# Opening Day SPSP



## 1obxnut (Mar 26, 2002)

Left SP and just checked in at Anglers my 41" (40.5" w/o pinching the tail)..I'll post pic/video later when I figure it out..


----------



## Penn626 (Jun 24, 2005)

Nice! I saw the catch.... I was the one who lost one right in front of my nose.... Urrr!


----------



## surfnsam (Apr 28, 2008)

Nice!!! I made the mistake of going to plo, bad choice!!


----------



## HuskyMD (May 19, 2000)

Nothing going on at PLO?


----------



## gogorome (May 22, 2009)

Nice.. I thought it would be a hog pt report..


----------



## Joey (May 27, 2001)

Nice catch... and a citation to boot!


----------



## surfnsam (Apr 28, 2008)

HuskyMD said:


> Nothing going on at PLO?


Probably after I left;-)


----------



## 1obxnut (Mar 26, 2002)

Here it is..Video got deleted by mistake while trying to delete duplicate photos


----------



## 1obxnut (Mar 26, 2002)

Penn626 said:


> Nice! I saw the catch.... I was the one who lost one right in front of my nose.... Urrr!


-That suk'd..we felt your pain..but learn from it to never drop the rod tip..


----------



## CaliYellowtail (Jul 28, 2014)

1obxnut said:


> Here it is..Video got deleted by mistake while trying to delete duplicate photos
> 
> View attachment 15059


Awesome catch! What time did you get her?
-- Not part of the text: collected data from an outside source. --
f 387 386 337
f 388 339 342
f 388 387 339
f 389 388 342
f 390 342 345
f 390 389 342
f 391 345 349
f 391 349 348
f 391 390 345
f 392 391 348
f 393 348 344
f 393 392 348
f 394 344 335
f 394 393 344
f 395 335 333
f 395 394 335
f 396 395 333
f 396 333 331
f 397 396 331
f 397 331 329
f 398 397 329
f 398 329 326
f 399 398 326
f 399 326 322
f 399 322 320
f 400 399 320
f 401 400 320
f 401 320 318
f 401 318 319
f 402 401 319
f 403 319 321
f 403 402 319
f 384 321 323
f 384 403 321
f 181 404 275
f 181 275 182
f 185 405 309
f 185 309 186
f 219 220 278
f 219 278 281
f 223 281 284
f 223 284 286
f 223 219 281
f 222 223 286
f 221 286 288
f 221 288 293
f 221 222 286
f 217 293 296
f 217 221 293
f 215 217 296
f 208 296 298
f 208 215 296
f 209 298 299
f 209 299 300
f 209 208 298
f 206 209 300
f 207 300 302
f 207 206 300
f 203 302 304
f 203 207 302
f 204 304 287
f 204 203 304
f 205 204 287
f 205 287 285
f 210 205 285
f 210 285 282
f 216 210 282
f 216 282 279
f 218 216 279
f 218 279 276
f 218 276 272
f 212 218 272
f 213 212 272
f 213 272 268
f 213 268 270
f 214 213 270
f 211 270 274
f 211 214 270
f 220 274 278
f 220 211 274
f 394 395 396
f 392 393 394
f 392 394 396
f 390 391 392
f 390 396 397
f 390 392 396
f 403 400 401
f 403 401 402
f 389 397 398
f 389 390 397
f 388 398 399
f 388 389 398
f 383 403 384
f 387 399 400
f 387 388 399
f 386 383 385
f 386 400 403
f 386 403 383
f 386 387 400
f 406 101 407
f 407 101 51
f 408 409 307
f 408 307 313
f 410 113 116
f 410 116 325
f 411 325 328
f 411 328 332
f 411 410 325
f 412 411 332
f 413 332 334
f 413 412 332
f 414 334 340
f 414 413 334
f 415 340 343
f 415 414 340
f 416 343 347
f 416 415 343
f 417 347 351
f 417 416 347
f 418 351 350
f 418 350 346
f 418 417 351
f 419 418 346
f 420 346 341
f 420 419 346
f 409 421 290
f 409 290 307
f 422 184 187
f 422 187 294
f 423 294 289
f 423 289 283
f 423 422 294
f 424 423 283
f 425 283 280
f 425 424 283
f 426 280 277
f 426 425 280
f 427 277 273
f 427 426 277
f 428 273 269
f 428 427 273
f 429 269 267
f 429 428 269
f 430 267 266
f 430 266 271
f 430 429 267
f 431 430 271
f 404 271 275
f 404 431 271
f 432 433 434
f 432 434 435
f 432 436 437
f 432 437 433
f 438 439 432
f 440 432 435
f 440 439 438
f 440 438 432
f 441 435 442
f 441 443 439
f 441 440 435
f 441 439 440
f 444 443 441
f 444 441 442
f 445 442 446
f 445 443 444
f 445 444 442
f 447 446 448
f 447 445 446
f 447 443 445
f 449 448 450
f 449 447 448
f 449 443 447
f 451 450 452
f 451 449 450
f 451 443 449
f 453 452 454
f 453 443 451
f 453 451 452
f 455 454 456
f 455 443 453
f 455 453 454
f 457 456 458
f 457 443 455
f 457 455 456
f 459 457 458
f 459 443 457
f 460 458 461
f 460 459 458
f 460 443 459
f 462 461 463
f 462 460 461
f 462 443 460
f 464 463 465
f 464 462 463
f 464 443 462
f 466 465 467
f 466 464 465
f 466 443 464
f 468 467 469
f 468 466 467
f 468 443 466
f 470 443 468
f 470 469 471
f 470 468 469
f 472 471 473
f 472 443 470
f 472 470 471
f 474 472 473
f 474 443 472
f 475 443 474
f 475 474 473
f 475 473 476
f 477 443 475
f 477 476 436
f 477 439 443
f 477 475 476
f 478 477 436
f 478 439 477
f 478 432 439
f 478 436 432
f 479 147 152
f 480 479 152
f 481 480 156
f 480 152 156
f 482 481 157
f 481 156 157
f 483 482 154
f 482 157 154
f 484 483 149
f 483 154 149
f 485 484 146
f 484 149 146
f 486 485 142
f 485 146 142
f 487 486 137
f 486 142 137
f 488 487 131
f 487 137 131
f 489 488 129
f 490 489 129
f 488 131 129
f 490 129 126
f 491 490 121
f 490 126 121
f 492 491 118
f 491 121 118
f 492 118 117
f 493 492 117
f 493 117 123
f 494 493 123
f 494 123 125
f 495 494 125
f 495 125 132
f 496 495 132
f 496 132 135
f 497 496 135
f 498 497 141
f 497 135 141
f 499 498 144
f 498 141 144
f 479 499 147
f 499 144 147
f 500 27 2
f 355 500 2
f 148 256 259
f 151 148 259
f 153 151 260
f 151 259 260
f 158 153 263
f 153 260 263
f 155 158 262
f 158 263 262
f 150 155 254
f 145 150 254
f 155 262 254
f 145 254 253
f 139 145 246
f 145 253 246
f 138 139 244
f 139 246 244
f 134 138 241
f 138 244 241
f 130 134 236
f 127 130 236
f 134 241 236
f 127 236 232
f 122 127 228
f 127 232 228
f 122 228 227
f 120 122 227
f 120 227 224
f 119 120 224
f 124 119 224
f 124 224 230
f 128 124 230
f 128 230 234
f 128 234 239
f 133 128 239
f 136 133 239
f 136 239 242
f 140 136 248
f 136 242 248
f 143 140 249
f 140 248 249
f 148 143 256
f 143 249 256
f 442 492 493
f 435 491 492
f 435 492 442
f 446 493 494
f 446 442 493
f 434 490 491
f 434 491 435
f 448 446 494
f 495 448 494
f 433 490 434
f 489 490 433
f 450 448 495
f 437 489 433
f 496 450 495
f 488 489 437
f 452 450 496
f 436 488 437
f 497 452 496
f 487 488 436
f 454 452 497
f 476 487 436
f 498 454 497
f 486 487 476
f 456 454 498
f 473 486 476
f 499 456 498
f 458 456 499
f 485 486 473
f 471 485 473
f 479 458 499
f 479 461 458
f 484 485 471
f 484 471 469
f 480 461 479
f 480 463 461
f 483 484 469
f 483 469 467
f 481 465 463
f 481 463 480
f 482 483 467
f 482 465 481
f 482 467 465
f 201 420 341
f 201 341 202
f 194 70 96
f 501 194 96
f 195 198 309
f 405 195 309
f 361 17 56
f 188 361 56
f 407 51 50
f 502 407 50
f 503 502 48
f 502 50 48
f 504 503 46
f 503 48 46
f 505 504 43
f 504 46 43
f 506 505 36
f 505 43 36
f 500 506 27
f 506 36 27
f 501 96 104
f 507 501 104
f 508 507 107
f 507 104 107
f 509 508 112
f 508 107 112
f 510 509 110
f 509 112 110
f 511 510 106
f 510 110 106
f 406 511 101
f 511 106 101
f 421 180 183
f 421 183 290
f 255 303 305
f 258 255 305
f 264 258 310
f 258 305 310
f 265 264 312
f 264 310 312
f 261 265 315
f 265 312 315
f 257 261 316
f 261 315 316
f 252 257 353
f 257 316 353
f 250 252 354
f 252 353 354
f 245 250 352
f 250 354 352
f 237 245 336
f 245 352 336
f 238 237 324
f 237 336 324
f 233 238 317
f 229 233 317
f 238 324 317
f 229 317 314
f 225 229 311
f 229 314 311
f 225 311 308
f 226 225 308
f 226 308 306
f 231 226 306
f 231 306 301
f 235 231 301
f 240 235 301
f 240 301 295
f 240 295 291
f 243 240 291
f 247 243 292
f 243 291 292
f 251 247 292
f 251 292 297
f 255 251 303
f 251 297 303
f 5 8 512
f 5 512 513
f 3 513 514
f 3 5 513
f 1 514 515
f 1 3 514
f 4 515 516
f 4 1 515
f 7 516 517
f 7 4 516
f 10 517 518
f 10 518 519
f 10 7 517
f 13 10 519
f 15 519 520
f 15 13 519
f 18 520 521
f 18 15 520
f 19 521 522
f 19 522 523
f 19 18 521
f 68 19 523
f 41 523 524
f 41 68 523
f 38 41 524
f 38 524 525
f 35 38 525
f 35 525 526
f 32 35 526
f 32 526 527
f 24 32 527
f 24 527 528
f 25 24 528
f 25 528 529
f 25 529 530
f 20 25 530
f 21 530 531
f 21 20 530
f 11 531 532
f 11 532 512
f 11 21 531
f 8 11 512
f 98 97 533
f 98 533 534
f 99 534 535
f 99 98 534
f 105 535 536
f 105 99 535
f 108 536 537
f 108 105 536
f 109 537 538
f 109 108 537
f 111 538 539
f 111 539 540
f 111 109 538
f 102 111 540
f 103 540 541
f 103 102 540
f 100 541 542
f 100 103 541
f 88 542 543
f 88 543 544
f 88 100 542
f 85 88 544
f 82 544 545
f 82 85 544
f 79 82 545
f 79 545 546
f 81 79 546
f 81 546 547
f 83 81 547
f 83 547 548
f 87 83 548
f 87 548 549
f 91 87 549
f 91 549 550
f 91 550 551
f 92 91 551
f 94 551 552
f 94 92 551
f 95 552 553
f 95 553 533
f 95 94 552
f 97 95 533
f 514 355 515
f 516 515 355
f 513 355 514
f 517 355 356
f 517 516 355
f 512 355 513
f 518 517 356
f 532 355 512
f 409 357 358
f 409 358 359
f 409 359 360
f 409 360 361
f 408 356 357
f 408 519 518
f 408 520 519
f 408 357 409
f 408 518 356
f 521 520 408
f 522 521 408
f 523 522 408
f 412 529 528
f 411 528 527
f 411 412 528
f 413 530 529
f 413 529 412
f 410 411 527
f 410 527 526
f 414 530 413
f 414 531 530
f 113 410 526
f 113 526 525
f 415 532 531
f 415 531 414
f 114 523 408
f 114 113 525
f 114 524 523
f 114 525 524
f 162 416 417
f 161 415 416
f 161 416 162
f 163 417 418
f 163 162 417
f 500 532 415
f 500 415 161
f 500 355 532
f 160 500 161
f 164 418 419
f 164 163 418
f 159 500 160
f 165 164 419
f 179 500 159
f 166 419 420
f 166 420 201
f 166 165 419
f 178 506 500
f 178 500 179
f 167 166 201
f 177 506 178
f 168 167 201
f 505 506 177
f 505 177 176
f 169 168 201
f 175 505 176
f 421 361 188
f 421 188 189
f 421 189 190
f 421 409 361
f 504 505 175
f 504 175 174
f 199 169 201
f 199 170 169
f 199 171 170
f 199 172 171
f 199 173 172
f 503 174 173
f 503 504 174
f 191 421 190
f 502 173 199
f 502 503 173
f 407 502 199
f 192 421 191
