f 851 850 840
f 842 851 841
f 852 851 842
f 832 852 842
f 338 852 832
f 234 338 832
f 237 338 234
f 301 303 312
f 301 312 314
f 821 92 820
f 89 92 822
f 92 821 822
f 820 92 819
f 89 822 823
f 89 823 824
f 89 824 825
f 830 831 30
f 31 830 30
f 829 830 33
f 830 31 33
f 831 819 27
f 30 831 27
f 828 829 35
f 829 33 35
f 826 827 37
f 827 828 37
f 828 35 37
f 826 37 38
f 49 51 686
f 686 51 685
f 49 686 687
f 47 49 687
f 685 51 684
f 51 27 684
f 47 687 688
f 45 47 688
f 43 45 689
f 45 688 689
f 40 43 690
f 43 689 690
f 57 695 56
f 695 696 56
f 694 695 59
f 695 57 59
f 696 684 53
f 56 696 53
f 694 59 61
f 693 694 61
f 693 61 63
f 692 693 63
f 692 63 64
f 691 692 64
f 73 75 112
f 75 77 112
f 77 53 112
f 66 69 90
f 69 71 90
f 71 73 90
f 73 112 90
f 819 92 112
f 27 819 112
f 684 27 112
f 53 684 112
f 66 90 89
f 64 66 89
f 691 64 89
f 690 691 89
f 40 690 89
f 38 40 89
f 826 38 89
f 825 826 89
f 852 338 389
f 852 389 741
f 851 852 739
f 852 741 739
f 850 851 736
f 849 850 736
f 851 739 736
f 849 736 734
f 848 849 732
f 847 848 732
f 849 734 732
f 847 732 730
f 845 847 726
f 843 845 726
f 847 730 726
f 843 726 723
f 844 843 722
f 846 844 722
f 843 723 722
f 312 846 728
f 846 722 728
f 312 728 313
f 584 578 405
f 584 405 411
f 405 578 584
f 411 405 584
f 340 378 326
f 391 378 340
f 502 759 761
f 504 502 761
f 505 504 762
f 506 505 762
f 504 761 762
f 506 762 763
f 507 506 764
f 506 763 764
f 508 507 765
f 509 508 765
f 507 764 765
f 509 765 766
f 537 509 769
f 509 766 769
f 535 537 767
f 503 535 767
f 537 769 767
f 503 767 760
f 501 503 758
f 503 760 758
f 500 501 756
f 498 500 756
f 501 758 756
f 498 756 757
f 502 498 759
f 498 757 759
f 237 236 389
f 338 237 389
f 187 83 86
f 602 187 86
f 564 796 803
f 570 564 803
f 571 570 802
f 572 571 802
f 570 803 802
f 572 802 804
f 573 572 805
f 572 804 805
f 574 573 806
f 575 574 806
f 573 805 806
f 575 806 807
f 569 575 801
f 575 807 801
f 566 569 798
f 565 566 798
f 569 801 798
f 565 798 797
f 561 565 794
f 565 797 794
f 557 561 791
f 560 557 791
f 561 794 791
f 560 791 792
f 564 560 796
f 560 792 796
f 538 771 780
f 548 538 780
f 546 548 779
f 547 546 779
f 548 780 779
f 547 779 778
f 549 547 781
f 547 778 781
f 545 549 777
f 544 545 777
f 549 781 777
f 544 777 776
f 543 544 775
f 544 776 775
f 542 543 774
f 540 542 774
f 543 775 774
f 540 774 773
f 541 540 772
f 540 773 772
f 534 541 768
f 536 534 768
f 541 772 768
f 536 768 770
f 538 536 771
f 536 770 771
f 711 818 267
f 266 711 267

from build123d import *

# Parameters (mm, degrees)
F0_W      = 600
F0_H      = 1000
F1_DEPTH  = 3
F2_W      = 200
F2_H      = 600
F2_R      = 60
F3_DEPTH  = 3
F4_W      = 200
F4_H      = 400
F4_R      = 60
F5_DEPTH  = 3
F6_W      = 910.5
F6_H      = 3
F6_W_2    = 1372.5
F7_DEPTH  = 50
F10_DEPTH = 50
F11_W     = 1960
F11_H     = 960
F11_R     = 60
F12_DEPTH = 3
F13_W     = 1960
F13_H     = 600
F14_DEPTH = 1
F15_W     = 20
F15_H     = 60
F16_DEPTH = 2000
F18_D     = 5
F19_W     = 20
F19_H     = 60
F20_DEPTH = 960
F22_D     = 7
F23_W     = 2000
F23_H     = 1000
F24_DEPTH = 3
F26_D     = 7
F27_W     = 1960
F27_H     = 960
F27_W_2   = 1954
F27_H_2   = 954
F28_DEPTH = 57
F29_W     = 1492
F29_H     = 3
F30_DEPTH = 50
What tide?


----------



## 1obxnut (Mar 26, 2002)

12:35pm-ish? low-outgoing tide..strong left to right current..threw out 6oz with a 7/0 eagle claw circle with 1 whole BW.


----------



## mungk (Jul 11, 2013)

Awesome catch man. Was it crazy at SP? Last year it was crossed lines galore. Didn't wanna deal with the headache this year, but seems like it was worth the trip for you.


----------



## CaliYellowtail (Jul 28, 2014)

1obxnut said:


> 12:35pm-ish? low-outgoing tide..strong left to right current..threw out 6oz with a 7/0 eagle claw circle with 1 whole BW.


Great info., thanks man!

Enjoy your many filets!


----------



## catman (May 28, 2001)

1obxnut said:


> 12:35pm-ish? low-outgoing tide..strong left to right current..threw out 6oz with a 7/0 eagle claw circle with 1 whole BW.


Very nice fish and some good eating coming up. As many of us have agreed in an earlier posts that the out going tide is the most productive. Congrats on your citation fish.


----------



## zam (Jun 16, 2004)

Nice fish! Nothing better then a trophy fish off the surf


----------



## TunaFish (Aug 16, 2001)

Nice fish Cris. You should thank CT!!! LOL!!


----------



## 1obxnut (Mar 26, 2002)

TunaFish said:


> Nice fish Cris. You should thank CT!!! LOL!!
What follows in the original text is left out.